Exercise description ▸
Among the entries below, find the line with "merges body 3", then quote it and each following line up to and including the line with "The same part", and nothing else.

Given data ▸
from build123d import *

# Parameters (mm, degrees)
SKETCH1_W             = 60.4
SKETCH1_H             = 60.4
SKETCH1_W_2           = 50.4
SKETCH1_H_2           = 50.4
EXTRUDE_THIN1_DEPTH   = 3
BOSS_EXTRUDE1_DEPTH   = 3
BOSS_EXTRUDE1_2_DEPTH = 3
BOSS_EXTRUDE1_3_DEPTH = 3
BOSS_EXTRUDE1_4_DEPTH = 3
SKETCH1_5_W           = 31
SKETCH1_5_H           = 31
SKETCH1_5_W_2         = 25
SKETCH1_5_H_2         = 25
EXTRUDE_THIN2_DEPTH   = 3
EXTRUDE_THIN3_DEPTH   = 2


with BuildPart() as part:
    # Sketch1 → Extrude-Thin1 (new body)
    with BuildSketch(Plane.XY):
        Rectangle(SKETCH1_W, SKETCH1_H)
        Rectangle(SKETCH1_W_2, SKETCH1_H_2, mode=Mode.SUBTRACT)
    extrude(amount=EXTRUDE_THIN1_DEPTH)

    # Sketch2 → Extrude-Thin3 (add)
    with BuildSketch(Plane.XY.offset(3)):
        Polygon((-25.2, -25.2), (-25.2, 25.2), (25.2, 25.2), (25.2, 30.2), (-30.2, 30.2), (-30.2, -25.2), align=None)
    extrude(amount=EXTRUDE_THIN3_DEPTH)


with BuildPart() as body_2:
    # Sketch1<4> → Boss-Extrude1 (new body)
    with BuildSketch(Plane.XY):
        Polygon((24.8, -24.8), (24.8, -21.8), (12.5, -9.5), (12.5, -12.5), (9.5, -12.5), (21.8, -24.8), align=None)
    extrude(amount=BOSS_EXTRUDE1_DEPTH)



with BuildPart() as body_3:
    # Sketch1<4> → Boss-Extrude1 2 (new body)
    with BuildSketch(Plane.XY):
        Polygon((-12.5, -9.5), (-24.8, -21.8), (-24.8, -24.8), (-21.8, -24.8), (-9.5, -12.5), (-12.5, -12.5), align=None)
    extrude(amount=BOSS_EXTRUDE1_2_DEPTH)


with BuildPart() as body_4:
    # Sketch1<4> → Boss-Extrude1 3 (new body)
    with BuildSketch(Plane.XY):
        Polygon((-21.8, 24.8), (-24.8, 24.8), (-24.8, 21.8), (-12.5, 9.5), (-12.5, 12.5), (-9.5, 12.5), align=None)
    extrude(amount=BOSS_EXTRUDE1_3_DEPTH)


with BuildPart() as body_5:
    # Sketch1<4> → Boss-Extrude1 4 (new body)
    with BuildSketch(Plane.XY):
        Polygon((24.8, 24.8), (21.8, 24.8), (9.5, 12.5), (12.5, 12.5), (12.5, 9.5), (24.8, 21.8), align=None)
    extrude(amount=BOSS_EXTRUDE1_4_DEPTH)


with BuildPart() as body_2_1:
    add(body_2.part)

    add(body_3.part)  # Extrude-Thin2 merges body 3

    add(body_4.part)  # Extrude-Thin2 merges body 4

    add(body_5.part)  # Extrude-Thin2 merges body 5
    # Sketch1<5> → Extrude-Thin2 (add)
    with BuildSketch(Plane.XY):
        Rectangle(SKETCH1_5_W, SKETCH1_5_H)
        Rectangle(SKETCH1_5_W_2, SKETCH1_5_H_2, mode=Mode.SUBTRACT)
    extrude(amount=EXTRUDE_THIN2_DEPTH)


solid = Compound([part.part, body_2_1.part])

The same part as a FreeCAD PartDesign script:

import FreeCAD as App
import Part
import Sketcher

V = App.Vector
Q = App.Units.Quantity


def add_polygon(sketch, points):
    """Adds a closed chain of lines whose ends are joined by coincident constraints."""
    first, n = sketch.GeometryCount, len(points)
    for a, b in zip(points, points[1:] + points[:1]):
        sketch.addGeometry(Part.LineSegment(App.Vector(*a, 0), App.Vector(*b, 0)), False)
    for i in range(n):
        sketch.addConstraint(Sketcher.Constraint("Coincident", first + i, 2, first + (i + 1) % n, 1))

doc = App.newDocument("Part")
params = doc.addObject("Spreadsheet::Sheet", "Params")
for row, (alias, value) in enumerate([
    ("sketch1_width", "60.4 mm"),
    ("sketch1_width2", "50.4 mm"),
    ("pad1_length", "3 mm"),
    ("sketch2_width", "5 mm"),
    ("sketch2_width2", "50.4 mm"),
    ("pad2_length", "2 mm"),
    ("sketch3_width", "3 mm"),
    ("pad3_length", "3 mm"),
    ("sketch4_width", "3 mm"),
    ("pad4_length", "3 mm"),
    ("sketch5_width", "3 mm"),
    ("pad5_length", "3 mm"),
    ("sketch6_width", "3 mm"),
    ("pad6_length", "3 mm"),
    ("sketch7_width", "31 mm"),
    ("sketch7_width2", "25 mm"),
    ("pad7_length", "3 mm"),
], start=1):
    params.set(f"A{row}", alias)
    params.set(f"B{row}", "=" + value)
    params.setAlias(f"B{row}", alias)

body = doc.addObject("PartDesign::Body", "Body")

# Sketch on XY plane
sketch1 = body.newObject("Sketcher::SketchObject", "Sketch")
sketch1.AttachmentSupport = (doc.getObject("XY_Plane"), [""])
sketch1.MapMode = "FlatFace"
add_polygon(sketch1, [(-30, 30), (-30, -30), (30, -30), (30, 30)])  # lines 0-3
add_polygon(sketch1, [(25, -25), (-25, -25), (-25, 25), (25, 25)])  # lines 4-7
sketch1.addConstraint([
    Sketcher.Constraint("Vertical", 0),
    Sketcher.Constraint("Horizontal", 1),
    Sketcher.Constraint("Vertical", 2),
    Sketcher.Constraint("Horizontal", 3),
    Sketcher.Constraint("Horizontal", 4),
    Sketcher.Constraint("Vertical", 5),
    Sketcher.Constraint("Horizontal", 6),
    Sketcher.Constraint("Vertical", 7),
    Sketcher.Constraint("Symmetric", 0, 2, 2, 2, -1, 1),
    Sketcher.Constraint("Symmetric", 4, 2, 6, 2, -1, 1),
    Sketcher.Constraint("Equal", 3, 0),
    Sketcher.Constraint("Equal", 6, 5),
    Sketcher.Constraint("DistanceX", 1, 1, 1, 2, 60.4),
    Sketcher.Constraint("DistanceX", 4, 2, 4, 1, 50.4),
])
sketch1.setExpression("Constraints[20]", "Params.sketch1_width")
sketch1.setExpression("Constraints[21]", "Params.sketch1_width2")
pad1 = body.newObject("PartDesign::Pad", "Pad")
pad1.Profile = sketch1
pad1.setExpression("Length", "Params.pad1_length")

# Sketch on XY plane
sketch2 = body.newObject("Sketcher::SketchObject", "Sketch001")
sketch2.AttachmentSupport = (doc.getObject("XY_Plane"), [""])
sketch2.MapMode = "FlatFace"
sketch2.AttachmentOffset = App.Placement(V(0, 0, 3), App.Rotation())
add_polygon(sketch2, [(-25, -25), (-25, 25), (25, 25), (25, 30), (-30, 30), (-30, -25)])  # lines 0-5
sketch2.addConstraint([
    Sketcher.Constraint("Vertical", 0),
    Sketcher.Constraint("Horizontal", 1),
    Sketcher.Constraint("Vertical", 2),
    Sketcher.Constraint("Horizontal", 3),
    Sketcher.Constraint("Vertical", 4),
    Sketcher.Constraint("Horizontal", 5),
    Sketcher.Constraint("Symmetric", 1, 2, 5, 2, -1, 1),
    Sketcher.Constraint("Equal", 1, 0),
    Sketcher.Constraint("Equal", 5, 2),
    Sketcher.Constraint("DistanceX", 5, 1, 5, 2, 5.0),
    Sketcher.Constraint("DistanceX", 1, 1, 1, 2, 50.4),
])
sketch2.setExpression("Constraints[15]", "Params.sketch2_width")
sketch2.setExpression("Constraints[16]", "Params.sketch2_width2")
pad2 = body.newObject("PartDesign::Pad", "Pad001")
pad2.Profile = sketch2
pad2.setExpression("Length", "Params.pad2_length")
body2 = doc.addObject("PartDesign::Body", "Body001")

# Sketch on XY plane
sketch3 = body2.newObject("Sketcher::SketchObject", "Sketch002")
sketch3.AttachmentSupport = (doc.getObject("XY_Plane001"), [""])
sketch3.MapMode = "FlatFace"
add_polygon(sketch3, [(24.8, -24.8), (24.8, -21.8), (12.5, -9.5), (12.5, -12.5), (9.5, -12.5), (21.8, -24.8)])  # lines 0-5
sketch3.addConstraint([
    Sketcher.Constraint("Vertical", 0),
    Sketcher.Constraint("Vertical", 2),
    Sketcher.Constraint("Horizontal", 3),
    Sketcher.Constraint("Horizontal", 5),
    Sketcher.Constraint("Parallel", 1, 4),
    Sketcher.Constraint("Equal", 3, 5),
    Sketcher.Constraint("Equal", 5, 0),
    Sketcher.Constraint("DistanceX", 3, 2, 3, 1, 3.0),
    Sketcher.Constraint("Angle", 1, Q("135 deg")),
    Sketcher.Constraint("DistanceX", -1, 1, 0, 2, 24.8),
    Sketcher.Constraint("DistanceY", 0, 2, -1, 1, 21.8),
    Sketcher.Constraint("DistanceX", -1, 1, 1, 2, 12.5),
])
sketch3.setExpression("Constraints[13]", "Params.sketch3_width")
pad3 = body2.newObject("PartDesign::Pad", "Pad002")
pad3.Profile = sketch3
pad3.setExpression("Length", "Params.pad3_length")
body3 = doc.addObject("PartDesign::Body", "Body002")

# Sketch on XY plane
sketch4 = body3.newObject("Sketcher::SketchObject", "Sketch003")
sketch4.AttachmentSupport = (doc.getObject("XY_Plane002"), [""])
sketch4.MapMode = "FlatFace"
add_polygon(sketch4, [(-12.5, -9.5), (-24.8, -21.8), (-24.8, -24.8), (-21.8, -24.8), (-9.5, -12.5), (-12.5, -12.5)])  # lines 0-5
sketch4.addConstraint([
    Sketcher.Constraint("Vertical", 1),
    Sketcher.Constraint("Horizontal", 2),
    Sketcher.Constraint("Horizontal", 4),
    Sketcher.Constraint("Vertical", 5),
    Sketcher.Constraint("Parallel", 0, 3),
    Sketcher.Constraint("Equal", 2, 4),
    Sketcher.Constraint("Equal", 4, 1),
    Sketcher.Constraint("DistanceX", 2, 1, 2, 2, 3.0),
    Sketcher.Constraint("Angle", 0, Q("-135 deg")),
    Sketcher.Constraint("DistanceX", 0, 2, -1, 1, 24.8),
    Sketcher.Constraint("DistanceY", 0, 2, -1, 1, 21.8),
    Sketcher.Constraint("DistanceX", 3, 2, -1, 1, 9.5),
])
sketch4.setExpression("Constraints[13]", "Params.sketch4_width")
pad4 = body3.newObject("PartDesign::Pad", "Pad003")
pad4.Profile = sketch4
pad4.setExpression("Length", "Params.pad4_length")
body4 = doc.addObject("PartDesign::Body", "Body003")

# Sketch on XY plane
sketch5 = body4.newObject("Sketcher::SketchObject", "Sketch004")
sketch5.AttachmentSupport = (doc.getObject("XY_Plane003"), [""])
sketch5.MapMode = "FlatFace"
add_polygon(sketch5, [(-21.8, 24.8), (-24.8, 24.8), (-24.8, 21.8), (-12.5, 9.5), (-12.5, 12.5), (-9.5, 12.5)])  # lines 0-5
sketch5.addConstraint([
    Sketcher.Constraint("Horizontal", 0),
    Sketcher.Constraint("Vertical", 1),
    Sketcher.Constraint("Vertical", 3),
    Sketcher.Constraint("Horizontal", 4),
    Sketcher.Constraint("Parallel", 2, 5),
    Sketcher.Constraint("Equal", 0, 4),
    Sketcher.Constraint("Equal", 4, 1),
    Sketcher.Constraint("DistanceX", 0, 2, 0, 1, 3.0),
    Sketcher.Constraint("Angle", 2, Q("-45 deg")),
    Sketcher.Constraint("DistanceX", 0, 2, -1, 1, 24.8),
    Sketcher.Constraint("DistanceY", -1, 1, 0, 2, 24.8),
    Sketcher.Constraint("DistanceX", 2, 2, -1, 1, 12.5),
])
sketch5.setExpression("Constraints[13]", "Params.sketch5_width")
pad5 = body4.newObject("PartDesign::Pad", "Pad004")
pad5.Profile = sketch5
pad5.setExpression("Length", "Params.pad5_length")
body5 = doc.addObject("PartDesign::Body", "Body004")

# Sketch on XY plane
sketch6 = body5.newObject("Sketcher::SketchObject", "Sketch005")
sketch6.AttachmentSupport = (doc.getObject("XY_Plane004"), [""])
sketch6.MapMode = "FlatFace"
add_polygon(sketch6, [(24.8, 24.8), (21.8, 24.8), (9.5, 12.5), (12.5, 12.5), (12.5, 9.5), (24.8, 21.8)])  # lines 0-5
sketch6.addConstraint([
    Sketcher.Constraint("Horizontal", 0),
    Sketcher.Constraint("Horizontal", 2),
    Sketcher.Constraint("Vertical", 3),
    Sketcher.Constraint("Vertical", 5),
    Sketcher.Constraint("Parallel", 1, 4),
    Sketcher.Constraint("Equal", 0, 2),
    Sketcher.Constraint("Equal", 2, 3),
    Sketcher.Constraint("DistanceX", 0, 2, 0, 1, 3.0),
    Sketcher.Constraint("Angle", 1, Q("-135 deg")),
    Sketcher.Constraint("DistanceX", -1, 1, 0, 2, 21.8),
    Sketcher.Constraint("DistanceY", -1, 1, 0, 2, 24.8),
    Sketcher.Constraint("DistanceX", -1, 1, 1, 2, 9.5),
])
sketch6.setExpression("Constraints[13]", "Params.sketch6_width")
pad6 = body5.newObject("PartDesign::Pad", "Pad005")
pad6.Profile = sketch6
pad6.setExpression("Length", "Params.pad6_length")
body2.AllowCompound = True
doc.recompute()

boolean = body2.newObject("PartDesign::Boolean", "Boolean")
boolean.Type = "Fuse"
boolean.addObjects([body3])
doc.recompute()

boolean2 = body2.newObject("PartDesign::Boolean", "Boolean001")
boolean2.Type = "Fuse"
boolean2.addObjects([body4])
doc.recompute()

boolean3 = body2.newObject("PartDesign::Boolean", "Boolean002")
boolean3.Type = "Fuse"
boolean3.addObjects([body5])

# Sketch on XY plane
sketch7 = body2.newObject("Sketcher::SketchObject", "Sketch006")
sketch7.AttachmentSupport = (doc.getObject("XY_Plane001"), [""])
sketch7.MapMode = "FlatFace"
add_polygon(sketch7, [(-16, 16), (-16, -16), (16, -16), (16, 16)])  # lines 0-3
add_polygon(sketch7, [(12, -12), (-12, -12), (-12, 12), (12, 12)])  # lines 4-7
sketch7.addConstraint([
    Sketcher.Constraint("Vertical", 0),
    Sketcher.Constraint("Horizontal", 1),
    Sketcher.Constraint("Vertical", 2),
    Sketcher.Constraint("Horizontal", 3),
    Sketcher.Constraint("Horizontal", 4),
    Sketcher.Constraint("Vertical", 5),
    Sketcher.Constraint("Horizontal", 6),
    Sketcher.Constraint("Vertical", 7),
    Sketcher.Constraint("Symmetric", 0, 2, 2, 2, -1, 1),
    Sketcher.Constraint("Symmetric", 4, 2, 6, 2, -1, 1),
    Sketcher.Constraint("Equal", 3, 0),
    Sketcher.Constraint("Equal", 6, 5),
    Sketcher.Constraint("DistanceX", 1, 1, 1, 2, 31.0),
    Sketcher.Constraint("DistanceX", 4, 2, 4, 1, 25.0),
])
sketch7.setExpression("Constraints[20]", "Params.sketch7_width")
sketch7.setExpression("Constraints[21]", "Params.sketch7_width2")
pad7 = body2.newObject("PartDesign::Pad", "Pad006")
pad7.Profile = sketch7
pad7.setExpression("Length", "Params.pad7_length")

doc.recompute()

Exercise result ▸
    add(body_3.part)  # Extrude-Thin2 merges body 3

    add(body_4.part)  # Extrude-Thin2 merges body 4

    add(body_5.part)  # Extrude-Thin2 merges body 5
    # Sketch1<5> → Extrude-Thin2 (add)
    with BuildSketch(Plane.XY):
        Rectangle(SKETCH1_5_W, SKETCH1_5_H)
        Rectangle(SKETCH1_5_W_2, SKETCH1_5_H_2, mode=Mode.SUBTRACT)
    extrude(amount=EXTRUDE_THIN2_DEPTH)


solid = Compound([part.part, body_2_1.part])

The same part as a FreeCAD PartDesign script:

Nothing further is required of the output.